In many species, sex determination is genetic: males and females have different alleles or even different genes that specify their sexual morphology. In animals this is often accompanied by chromosomal differences, generally through combinations of XY, ZW, XO, ZO chromosomes, or haplodiploidy. The sexual differentiation is generally triggered by a main gene (a "sex locus"), with a multitude of other genes following in a domino effect.
In other cases, sex of a fetus is determined by environmental variables (such as temperature). The details of some sex-determination systems are not yet fully understood. Hopes for future fetal biological system analysis include complete-reproduction-system initialized signals that can be measured during pregnancies to more accurately determine whether a determined sex of a fetus is male, or female. Such analysis of biological systems could also signal whether the fetus is hermaphrodite, which includes total or partial of both male and female reproduction organs.
Some species such as various plants and fish do not have a fixed sex, and instead go through life cycles and change sex based on genetic cues during corresponding life stages of their type.

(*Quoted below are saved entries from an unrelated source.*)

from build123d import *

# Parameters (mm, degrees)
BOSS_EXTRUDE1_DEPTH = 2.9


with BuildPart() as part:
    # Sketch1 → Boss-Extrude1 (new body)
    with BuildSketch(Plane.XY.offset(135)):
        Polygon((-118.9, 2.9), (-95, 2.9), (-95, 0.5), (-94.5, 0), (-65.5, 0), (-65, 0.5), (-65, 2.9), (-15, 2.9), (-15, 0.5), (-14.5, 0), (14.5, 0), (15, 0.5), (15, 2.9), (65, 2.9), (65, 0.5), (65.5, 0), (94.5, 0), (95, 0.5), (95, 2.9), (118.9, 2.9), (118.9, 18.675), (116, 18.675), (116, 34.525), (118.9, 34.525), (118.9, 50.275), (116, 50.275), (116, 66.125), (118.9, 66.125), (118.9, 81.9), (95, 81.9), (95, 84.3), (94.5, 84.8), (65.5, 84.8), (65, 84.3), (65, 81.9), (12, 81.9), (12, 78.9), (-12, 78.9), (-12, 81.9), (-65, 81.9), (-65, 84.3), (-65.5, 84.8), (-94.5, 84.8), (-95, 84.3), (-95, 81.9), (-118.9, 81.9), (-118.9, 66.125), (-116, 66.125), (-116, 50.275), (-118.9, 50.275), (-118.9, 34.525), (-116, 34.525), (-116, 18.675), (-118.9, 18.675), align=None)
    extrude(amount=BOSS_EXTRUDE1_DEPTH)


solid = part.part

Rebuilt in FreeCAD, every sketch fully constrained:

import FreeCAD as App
import Part
import Sketcher
from FreeCAD import Vector

doc = App.newDocument("Part")
params = doc.addObject("Spreadsheet::Sheet", "Params")
for row, (alias, value) in enumerate([
    ("sketch1_width", "29 mm"),
    ("sketch1_width2", "50 mm"),
    ("sketch1_width3", "53 mm"),
    ("sketch1_width4", "24 mm"),
    ("sketch1_height", "3 mm"),
    ("pad1_length", "2.9 mm"),
], start=1):
    params.set(f"A{row}", alias)
    params.set(f"B{row}", "=" + value)
    params.setAlias(f"B{row}", alias)

body = doc.addObject("PartDesign::Body", "Body")

sketch1 = body.newObject("Sketcher::SketchObject", "Sketch")
sketch1.AttachmentSupport = (doc.getObject("XY_Plane"), [""])
sketch1.MapMode = "FlatFace"
sketch1.AttachmentOffset = App.Placement(Vector(0, 0, 135), App.Rotation())
sketch1.addGeometry(Part.LineSegment(Vector(-118.9, 2.9, 0), Vector(-95, 2.9, 0)), False)
sketch1.addGeometry(Part.LineSegment(Vector(-95, 2.9, 0), Vector(-95, 0.5, 0)), False)
sketch1.addGeometry(Part.LineSegment(Vector(-95, 0.5, 0), Vector(-94.5, 0, 0)), False)
sketch1.addGeometry(Part.LineSegment(Vector(-94.5, 0, 0), Vector(-65.5, 0, 0)), False)
sketch1.addGeometry(Part.LineSegment(Vector(-65.5, 0, 0), Vector(-65, 0.5, 0)), False)
sketch1.addGeometry(Part.LineSegment(Vector(-65, 0.5, 0), Vector(-65, 2.9, 0)), False)
sketch1.addGeometry(Part.LineSegment(Vector(-65, 2.9, 0), Vector(-15, 2.9, 0)), False)
sketch1.addGeometry(Part.LineSegment(Vector(-15, 2.9, 0), Vector(-15, 0.5, 0)), False)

This could be due to environmental factors such as seasons and temperature. Human fetus genitals can sometimes develop abnormalities during maternal pregnancies due to mutations in the fetuses sex-determinism system, resulting in the fetus becoming intersex.
XX/XY sex chromosomes
The XX/XY sex-determination system is the most familiar, as it is found in humans. The XX/XY system is found in most other mammals, as well as some insects. In this system, most females have two of the same kind of sex chromosome (XX), while most males have two distinct sex chromosomes (XY). The X and Y sex chromosomes are different in shape and size from each other, unlike the rest of the chromosomes (autosomes), and are sometimes called allosomes. In some species, such as humans, organisms remain sex indifferent for a time after they're created; in others, however, such as fruit flies, sexual differentiation occurs as soon as the egg is fertilized.

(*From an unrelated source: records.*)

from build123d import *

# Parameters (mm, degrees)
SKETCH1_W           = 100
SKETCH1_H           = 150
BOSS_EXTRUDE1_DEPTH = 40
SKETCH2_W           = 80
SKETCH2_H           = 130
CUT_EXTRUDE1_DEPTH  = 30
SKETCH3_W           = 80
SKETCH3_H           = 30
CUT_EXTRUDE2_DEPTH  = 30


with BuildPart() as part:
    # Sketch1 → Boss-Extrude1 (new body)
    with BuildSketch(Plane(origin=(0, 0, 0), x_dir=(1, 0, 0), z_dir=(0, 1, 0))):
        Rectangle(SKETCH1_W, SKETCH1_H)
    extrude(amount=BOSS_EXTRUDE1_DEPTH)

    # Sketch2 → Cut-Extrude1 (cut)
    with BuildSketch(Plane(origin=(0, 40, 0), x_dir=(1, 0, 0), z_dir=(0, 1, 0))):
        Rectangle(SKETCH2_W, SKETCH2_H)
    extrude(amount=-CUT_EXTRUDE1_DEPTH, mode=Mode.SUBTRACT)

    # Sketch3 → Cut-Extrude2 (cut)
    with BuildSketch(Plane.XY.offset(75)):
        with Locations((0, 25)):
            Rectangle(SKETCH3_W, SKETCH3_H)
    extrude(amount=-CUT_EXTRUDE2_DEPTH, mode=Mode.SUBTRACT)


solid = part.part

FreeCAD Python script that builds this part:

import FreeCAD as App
import Part
import Sketcher

V = App.Vector


def add_polygon(sketch, points):
    """Adds a closed chain of lines whose ends are joined by coincident constraints."""
    first, n = sketch.GeometryCount, len(points)
    for a, b in zip(points, points[1:] + points[:1]):
        sketch.addGeometry(Part.LineSegment(App.Vector(*a, 0), App.Vector(*b, 0)), False)
    for i in range(n):
        sketch.addConstraint(Sketcher.Constraint("Coincident", first + i, 2, first + (i + 1) % n, 1))

doc = App.newDocument("Part")
body = doc.addObject("PartDesign::Body", "Body")

sketch1 = body.newObject("Sketcher::SketchObject", "Sketch")
sketch1.AttachmentSupport = (doc.getObject("XZ_Plane"), [""])
sketch1.MapMode = "FlatFace"
add_polygon(sketch1, [(-50, -75), (-50, 75), (50, 75), (50, -75)])
sketch1.addConstraint(Sketcher.Constraint("Vertical", 0))
sketch1.addConstraint(Sketcher.Constraint("Horizontal", 1))
sketch1.addConstraint(Sketcher.Constraint("Vertical", 2))
sketch1.addConstraint(Sketcher.Constraint("Horizontal", 3))
sketch1.addConstraint(Sketcher.Constraint("Symmetric", 0, 2, 2, 2, -1, 1))
sketch1.addConstraint(Sketcher.Constraint("DistanceX", 1, 1, 1, 2, 100.0))
sketch1.addConstraint(Sketcher.Constraint("DistanceY", 0, 1, 0, 2, 150.0))
pad1 = body.newObject("PartDesign::Pad", "Pad")
pad1.Profile = sketch1
pad1.Length = 40
pad1.Reversed = True

sketch2 = body.newObject("Sketcher::SketchObject", "Sketch001")
sketch2.AttachmentSupport = (doc.getObject("XZ_Plane"), [""])
sketch2.MapMode = "FlatFace"
sketch2.AttachmentOffset = App.Placement(V(0, 0, -40), App.Rotation())
add_polygon(sketch2, [(-40, -65), (-40, 65), (40, 65), (40, -65)])
sketch2.addConstraint(Sketcher.Constraint("Vertical", 0))
sketch2.addConstraint(Sketcher.Constraint("Horizontal", 1))
sketch2.addConstraint(Sketcher.Constraint("Vertical", 2))
sketch2.addConstraint(Sketcher.Constraint("Horizontal", 3))
sketch2.addConstraint(Sketcher.Constraint("Symmetric", 0, 2, 2, 2, -1, 1))
sketch2.addConstraint(Sketcher.Constraint("DistanceX", 1, 1, 1, 2, 80.0))
sketch2.addConstraint(Sketcher.Constraint("DistanceY", 0, 1, 0, 2, 130.0))
pocket1 = body.newObject("PartDesign::Pocket", "Pocket")
pocket1.Profile = sketch2
pocket1.Length = 30
pocket1.Reversed = True

sketch3 = body.newObject("Sketcher::SketchObject", "Sketch002")
sketch3.AttachmentSupport = (doc.getObject("XY_Plane"), [""])
sketch3.MapMode = "FlatFace"
sketch3.AttachmentOffset = App.Placement(V(0, 0, 75), App.Rotation())
add_polygon(sketch3, [(-40, 40), (-40, 10), (40, 10), (40, 40)])
sketch3.addConstraint(Sketcher.Constraint("Vertical", 0))
sketch3.addConstraint(Sketcher.Constraint("Horizontal", 1))
sketch3.addConstraint(Sketcher.Constraint("Vertical", 2))
sketch3.addConstraint(Sketcher.Constraint("Horizontal", 3))
sketch3.addConstraint(Sketcher.Constraint("DistanceX", 1, 1, 1, 2, 80.0))
sketch3.addConstraint(Sketcher.Constraint("DistanceY", 0, 2, 0, 1, 30.0))
sketch3.addConstraint(Sketcher.Constraint("DistanceX", 0, 2, -1, 1, 40.0))
sketch3.addConstraint(Sketcher.Constraint("DistanceY", -1, 1, 0, 2, 10.0))
pocket2 = body.newObject("PartDesign::Pocket", "Pocket001")
pocket2.Profile = sketch3
pocket2.Length = 30

doc.recompute()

Y-centered sex determination
Some species (including humans) have a gene SRY on the Y chromosome that determines maleness. Members of SRY-reliant species can have uncommon XY chromosomal combinations such as XXY and still live. Human sex is determined by the presence or absence of a Y chromosome with a functional SRY gene. Once the SRY gene is activated, cells create testosterone and anti-müllerian hormone which typically ensures the development of a single, male reproductive system. In typical XX embryos, cells secrete estrogen, which drives the body toward the female pathway.
In Y-centered sex determination, the SRY gene is the main gene in determining male characteristics, but multiple genes are required to develop testes. In XY mice, lack of the gene DAX1 on the X chromosome results in sterility, but in humans it causes adrenal hypoplasia congenita. However, when an extra DAX1 gene is placed on the X chromosome, the result is a female, despite the existence of SRY. Even when there are normal sex chromosomes in XX females, duplication or expression of SOX9 causes testes to develop. Gradual sex reversal in developed mice can also occur when the gene FOXL2 is removed from females. Even though the gene DMRT1 is used by birds as their sex locus, species who have XY chromosomes also rely upon DMRT1, contained on chromosome 9, for sexual differentiation at some point in their formation.
X-centered sex determination
Other variants of XX/XY sex determination
Some fish have variants of the XY sex-determination system, as well as the regular system. For example, while having an XY format, Xiphophorus nezahualcoyotl and X. milleri also have a second Y chromosome, known as Y', that creates XY' females and YY' males.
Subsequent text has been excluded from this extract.